One tentative solution could be to adapt the source to the target language (or vice versa) to make them equally powerful, but that is undesirable because we possibly lose the advantages that come from having different levels of abstraction in the source and in the target. A better solution is to work on the compiler itself, by guaranteeing that it preserves the source-level security properties. The emerging field of secure compilation has exactly this goal. More precisely, secure compilation is concerned with ensuring that the security properties at the source level are preserved as they are at the target level or, equivalently, that all the (interesting) attacks that can be carried out at the target level have corresponding attacks at the source level. In this way, the reasoning carried out at the source level to rule out attacks suffices to rule out attacks at the target.
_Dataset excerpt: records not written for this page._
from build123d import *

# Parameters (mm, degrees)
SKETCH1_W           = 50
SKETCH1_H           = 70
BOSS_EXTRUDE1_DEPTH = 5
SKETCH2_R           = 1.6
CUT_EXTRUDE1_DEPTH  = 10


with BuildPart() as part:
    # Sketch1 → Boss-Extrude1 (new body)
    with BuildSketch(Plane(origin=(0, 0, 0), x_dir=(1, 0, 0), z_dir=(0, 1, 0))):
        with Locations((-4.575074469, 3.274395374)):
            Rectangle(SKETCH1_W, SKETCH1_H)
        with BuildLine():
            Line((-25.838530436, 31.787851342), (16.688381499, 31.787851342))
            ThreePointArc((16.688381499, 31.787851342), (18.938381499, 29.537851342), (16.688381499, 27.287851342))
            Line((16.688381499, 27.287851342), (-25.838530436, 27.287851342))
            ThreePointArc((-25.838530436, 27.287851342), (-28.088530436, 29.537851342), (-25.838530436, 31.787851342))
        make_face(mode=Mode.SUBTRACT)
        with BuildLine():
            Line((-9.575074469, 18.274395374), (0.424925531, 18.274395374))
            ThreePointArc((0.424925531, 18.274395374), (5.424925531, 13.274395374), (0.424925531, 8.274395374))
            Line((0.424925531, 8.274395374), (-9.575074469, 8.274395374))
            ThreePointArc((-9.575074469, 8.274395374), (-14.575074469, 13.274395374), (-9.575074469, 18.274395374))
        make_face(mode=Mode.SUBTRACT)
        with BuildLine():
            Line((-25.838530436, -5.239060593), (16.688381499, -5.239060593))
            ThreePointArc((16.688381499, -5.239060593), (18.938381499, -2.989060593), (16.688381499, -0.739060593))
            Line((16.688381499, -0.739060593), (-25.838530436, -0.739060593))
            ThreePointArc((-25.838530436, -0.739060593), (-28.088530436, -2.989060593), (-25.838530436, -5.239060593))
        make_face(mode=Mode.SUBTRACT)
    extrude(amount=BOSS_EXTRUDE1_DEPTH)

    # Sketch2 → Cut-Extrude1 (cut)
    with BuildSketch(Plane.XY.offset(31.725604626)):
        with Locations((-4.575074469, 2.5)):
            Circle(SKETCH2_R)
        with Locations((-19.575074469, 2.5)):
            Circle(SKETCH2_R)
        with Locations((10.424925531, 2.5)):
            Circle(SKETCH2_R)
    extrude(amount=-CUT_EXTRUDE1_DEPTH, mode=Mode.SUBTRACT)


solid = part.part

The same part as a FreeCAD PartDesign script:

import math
import FreeCAD as App
import Part
import Sketcher
Q = App.Units.Quantity

doc = App.newDocument("Part")
params = doc.addObject("Spreadsheet::Sheet", "Params")
for row, (alias, value) in enumerate([
    ("sketch1_radius", "5 mm"),
    ("sketch1_width", "50 mm"),
    ("sketch1_width2", "10 mm"),
    ("sketch1_height", "70 mm"),
    ("sketch1_radius2", "2.25 mm"),
    ("pad1_length", "5 mm"),
    ("sketch2_diameter", "3.2 mm"),
    ("pocket1_length", "10 mm"),
], start=1):
    params.set(f"A{row}", alias)
    params.set(f"B{row}", "=" + value)
    params.setAlias(f"B{row}", alias)

body = doc.addObject("PartDesign::Body", "Body")

# Sketch on XZ plane
sketch1 = doc.addObject("Sketcher::SketchObject", "Sketch")
body.addObject(sketch1)
sketch1.AttachmentSupport = (doc.XZ_Plane, [""])
sketch1.MapMode = "FlatFace"
sketch1.addGeometry([
    Part.LineSegment(App.Vector(-29.6, -38.3, 0), App.Vector(-29.6, 31.7, 0)),  # 0
    Part.LineSegment(App.Vector(-29.6, 31.7, 0), App.Vector(20.4, 31.7, 0)),  # 1
    Part.LineSegment(App.Vector(20.4, 31.7, 0), App.Vector(20.4, -38.3, 0)),  # 2
    Part.LineSegment(App.Vector(20.4, -38.3, 0), App.Vector(-29.6, -38.3, 0)),  # 3
    Part.ArcOfCircle(Part.Circle(App.Vector(-9.6, -13.3, 0), App.Vector(0, 0, 1), 5), math.radians(90), math.radians(270)),  # 4
    Part.LineSegment(App.Vector(-9.6, -18.3, 0), App.Vector(0.4, -18.3, 0)),  # 5
    Part.ArcOfCircle(Part.Circle(App.Vector(0.4, -13.3, 0), App.Vector(0, 0, 1), 5), math.radians(-90), math.radians(90)),  # 6
    Part.LineSegment(App.Vector(0.4, -8.3, 0), App.Vector(-9.6, -8.3, 0)),  # 7
    Part.LineSegment(App.Vector(16.7, 5.2, 0), App.Vector(-25.8, 5.2, 0)),  # 8
    Part.ArcOfCircle(Part.Circle(App.Vector(-25.8, 3, 0), App.Vector(0, 0, 1), 2.2), math.radians(90), math.radians(270)),  # 9
    Part.LineSegment(App.Vector(-25.8, 0.7, 0), App.Vector(16.7, 0.7, 0)),  # 10
    Part.ArcOfCircle(Part.Circle(App.Vector(16.7, 3, 0), App.Vector(0, 0, 1), 2.2), math.radians(-90), math.radians(90)),  # 11
    Part.ArcOfCircle(Part.Circle(App.Vector(-25.8, -29.5, 0), App.Vector(0, 0, 1), 2.2), math.radians(90), math.radians(270)),  # 12
    Part.LineSegment(App.Vector(-25.8, -31.8, 0), App.Vector(16.7, -31.8, 0)),  # 13
    Part.ArcOfCircle(Part.Circle(App.Vector(16.7, -29.5, 0), App.Vector(0, 0, 1), 2.2), math.radians(-90), math.radians(90)),  # 14
    Part.LineSegment(App.Vector(16.7, -27.3, 0), App.Vector(-25.8, -27.3, 0)),  # 15
], False)
sketch1.addConstraint([
    Sketcher.Constraint("Coincident", 0, 2, 1, 1),
    Sketcher.Constraint("Coincident", 1, 2, 2, 1),
    Sketcher.Constraint("Coincident", 2, 2, 3, 1),
    Sketcher.Constraint("Coincident", 3, 2, 0, 1),
    Sketcher.Constraint("Tangent", 4, 2, 5, 1),
    Sketcher.Constraint("Tangent", 5, 2, 6, 1),
    Sketcher.Constraint("Tangent", 6, 2, 7, 1),
    Sketcher.Constraint("Tangent", 7, 2, 4, 1),
    Sketcher.Constraint("Tangent", 8, 2, 9, 1),
    Sketcher.Constraint("Tangent", 9, 2, 10, 1),
    Sketcher.Constraint("Tangent", 10, 2, 11, 1),
    Sketcher.Constraint("Tangent", 11, 2, 8, 1),
    Sketcher.Constraint("Tangent", 12, 2, 13, 1),
    Sketcher.Constraint("Tangent", 13, 2, 14, 1),
    Sketcher.Constraint("Tangent", 14, 2, 15, 1),
    Sketcher.Constraint("Tangent", 15, 2, 12, 1),
    Sketcher.Constraint("Vertical", 0),
    Sketcher.Constraint("Horizontal", 1),
    Sketcher.Constraint("Vertical", 2),
    Sketcher.Constraint("Horizontal", 3),
    Sketcher.Constraint("Horizontal", 5),
    Sketcher.Constraint("Horizontal", 7),
    Sketcher.Constraint("Horizontal", 8),
    Sketcher.Constraint("Horizontal", 10),
    Sketcher.Constraint("Horizontal", 13),
    Sketcher.Constraint("Horizontal", 15),
    Sketcher.Constraint("Equal", 11, 12),
    Sketcher.Constraint("Vertical", 9, 3, 12, 3),
    Sketcher.Constraint("Vertical", 11, 3, 14, 3),
    Sketcher.Constraint("Radius", 4, Q("5 mm")),
    Sketcher.Constraint("DistanceX", 1, 1, 1, 2, Q("50 mm")),
    Sketcher.Constraint("DistanceX", 5, 1, 5, 2, Q("10 mm")),
    Sketcher.Constraint("DistanceY", 0, 1, 0, 2, Q("70 mm")),
    Sketcher.Constraint("Radius", 9, Q("2.25 mm")),
    Sketcher.Constraint("DistanceX", 0, 2, 4, 3, Q("20 mm")),
    Sketcher.Constraint("DistanceY", 4, 3, 0, 2, Q("45 mm")),
    Sketcher.Constraint("DistanceX", 8, 2, 8, 1, Q("42.526912 mm")),
    Sketcher.Constraint("DistanceX", 9, 3, -1, 1, Q("25.83853 mm")),
    Sketcher.Constraint("DistanceY", -1, 1, 9, 3, Q("2.989061 mm")),
    Sketcher.Constraint("DistanceY", 12, 3, -1, 1, Q("29.537851 mm")),
    Sketcher.Constraint("DistanceX", 4, 3, -1, 1, Q("9.575074 mm")),
    Sketcher.Constraint("DistanceY", 4, 3, -1, 1, Q("13.274395 mm")),
])
sketch1.setExpression("Constraints[29]", "Params.sketch1_radius")
sketch1.setExpression("Constraints[30]", "Params.sketch1_width")
sketch1.setExpression("Constraints[31]", "Params.sketch1_width2")
sketch1.setExpression("Constraints[32]", "Params.sketch1_height")
sketch1.setExpression("Constraints[33]", "Params.sketch1_radius2")
pad1 = doc.addObject("PartDesign::Pad", "Pad")
body.addObject(pad1)
pad1.Profile = sketch1
pad1.setExpression("Length", "Params.pad1_length")
pad1.Reversed = True

# Sketch on XY plane
sketch2 = doc.addObject("Sketcher::SketchObject", "Sketch001")
body.addObject(sketch2)
sketch2.AttachmentSupport = (doc.XY_Plane, [""])
sketch2.MapMode = "FlatFace"
sketch2.AttachmentOffset = App.Placement(App.Vector(0, 0, 31.725605), App.Rotation())
sketch2.addGeometry([
    Part.Circle(App.Vector(-4.6, 2.5, 0), App.Vector(0, 0, 1), 1.6),
    Part.Circle(App.Vector(-19.6, 2.5, 0), App.Vector(0, 0, 1), 1.6),
    Part.Circle(App.Vector(10.4, 2.5, 0), App.Vector(0, 0, 1), 1.6),
], False)
sketch2.addConstraint([
    Sketcher.Constraint("Equal", 0, 1),
    Sketcher.Constraint("Equal", 1, 2),
    Sketcher.Constraint("Horizontal", 0, 3, 1, 3),
    Sketcher.Constraint("Horizontal", 1, 3, 2, 3),
    Sketcher.Constraint("Diameter", 0, Q("3.2 mm")),
    Sketcher.Constraint("DistanceX", 1, 3, 0, 3, Q("15 mm")),
    Sketcher.Constraint("DistanceX", 0, 3, 2, 3, Q("15 mm")),
    Sketcher.Constraint("DistanceY", -1, 1, 0, 3, Q("2.5 mm")),
    Sketcher.Constraint("DistanceX", 0, 3, -1, 1, Q("4.575074 mm")),
])
sketch2.setExpression("Constraints[4]", "Params.sketch2_diameter")
pocket1 = doc.addObject("PartDesign::Pocket", "Pocket")
body.addObject(pocket1)
pocket1.Profile = sketch2
pocket1.setExpression("Length", "Params.pocket1_length")

doc.recompute()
This thesis approaches the problem of secure compilation from three different points of view. We argue that secure compilation --- being relevant at many levels of the computational stack --- needs to be tackled at different levels of abstraction, depending on the security goals that one has in mind.

At the highest level of abstraction we work on verifying that security properties are preserved under program transformations whose target language is the same as the source (e.g., program optimizations or obfuscations). We first follow a classical approach and we manually prove that the widely-used control-flow flattening program obfuscation preserves the constant-time policy, i.e., a security policy that requires that the execution time of programs does not depend on their secret inputs. Then, we move to an automatic and efficient approach. For that, we assume a (security) type system that statically checks whether the property of interest holds or not, and we provide a framework to make its usage incremental, so as to make it possible to perform the analysis after each optimization step without excessively slowing down the compiler.

Moving down from the highest level of abstraction, we weaken the requirement about the source and the target languages being equal and consider transformations that involve a translation step. This line of research is more general and follows an approach similar to that of translation validation to automatically certify that a compiled program has a given security property knowing that its original version enjoys it.

Finally, at the very bottom of the computational stack we deal with low-level attackers, e.g., those that can carry out micro-architectural attacks. More precisely, we provide an instantiation of the well-known principle of full abstraction to prove that an extension to an enclaved-execution architecture is secure with respect to the class of interrupt-based micro-architectural attacks.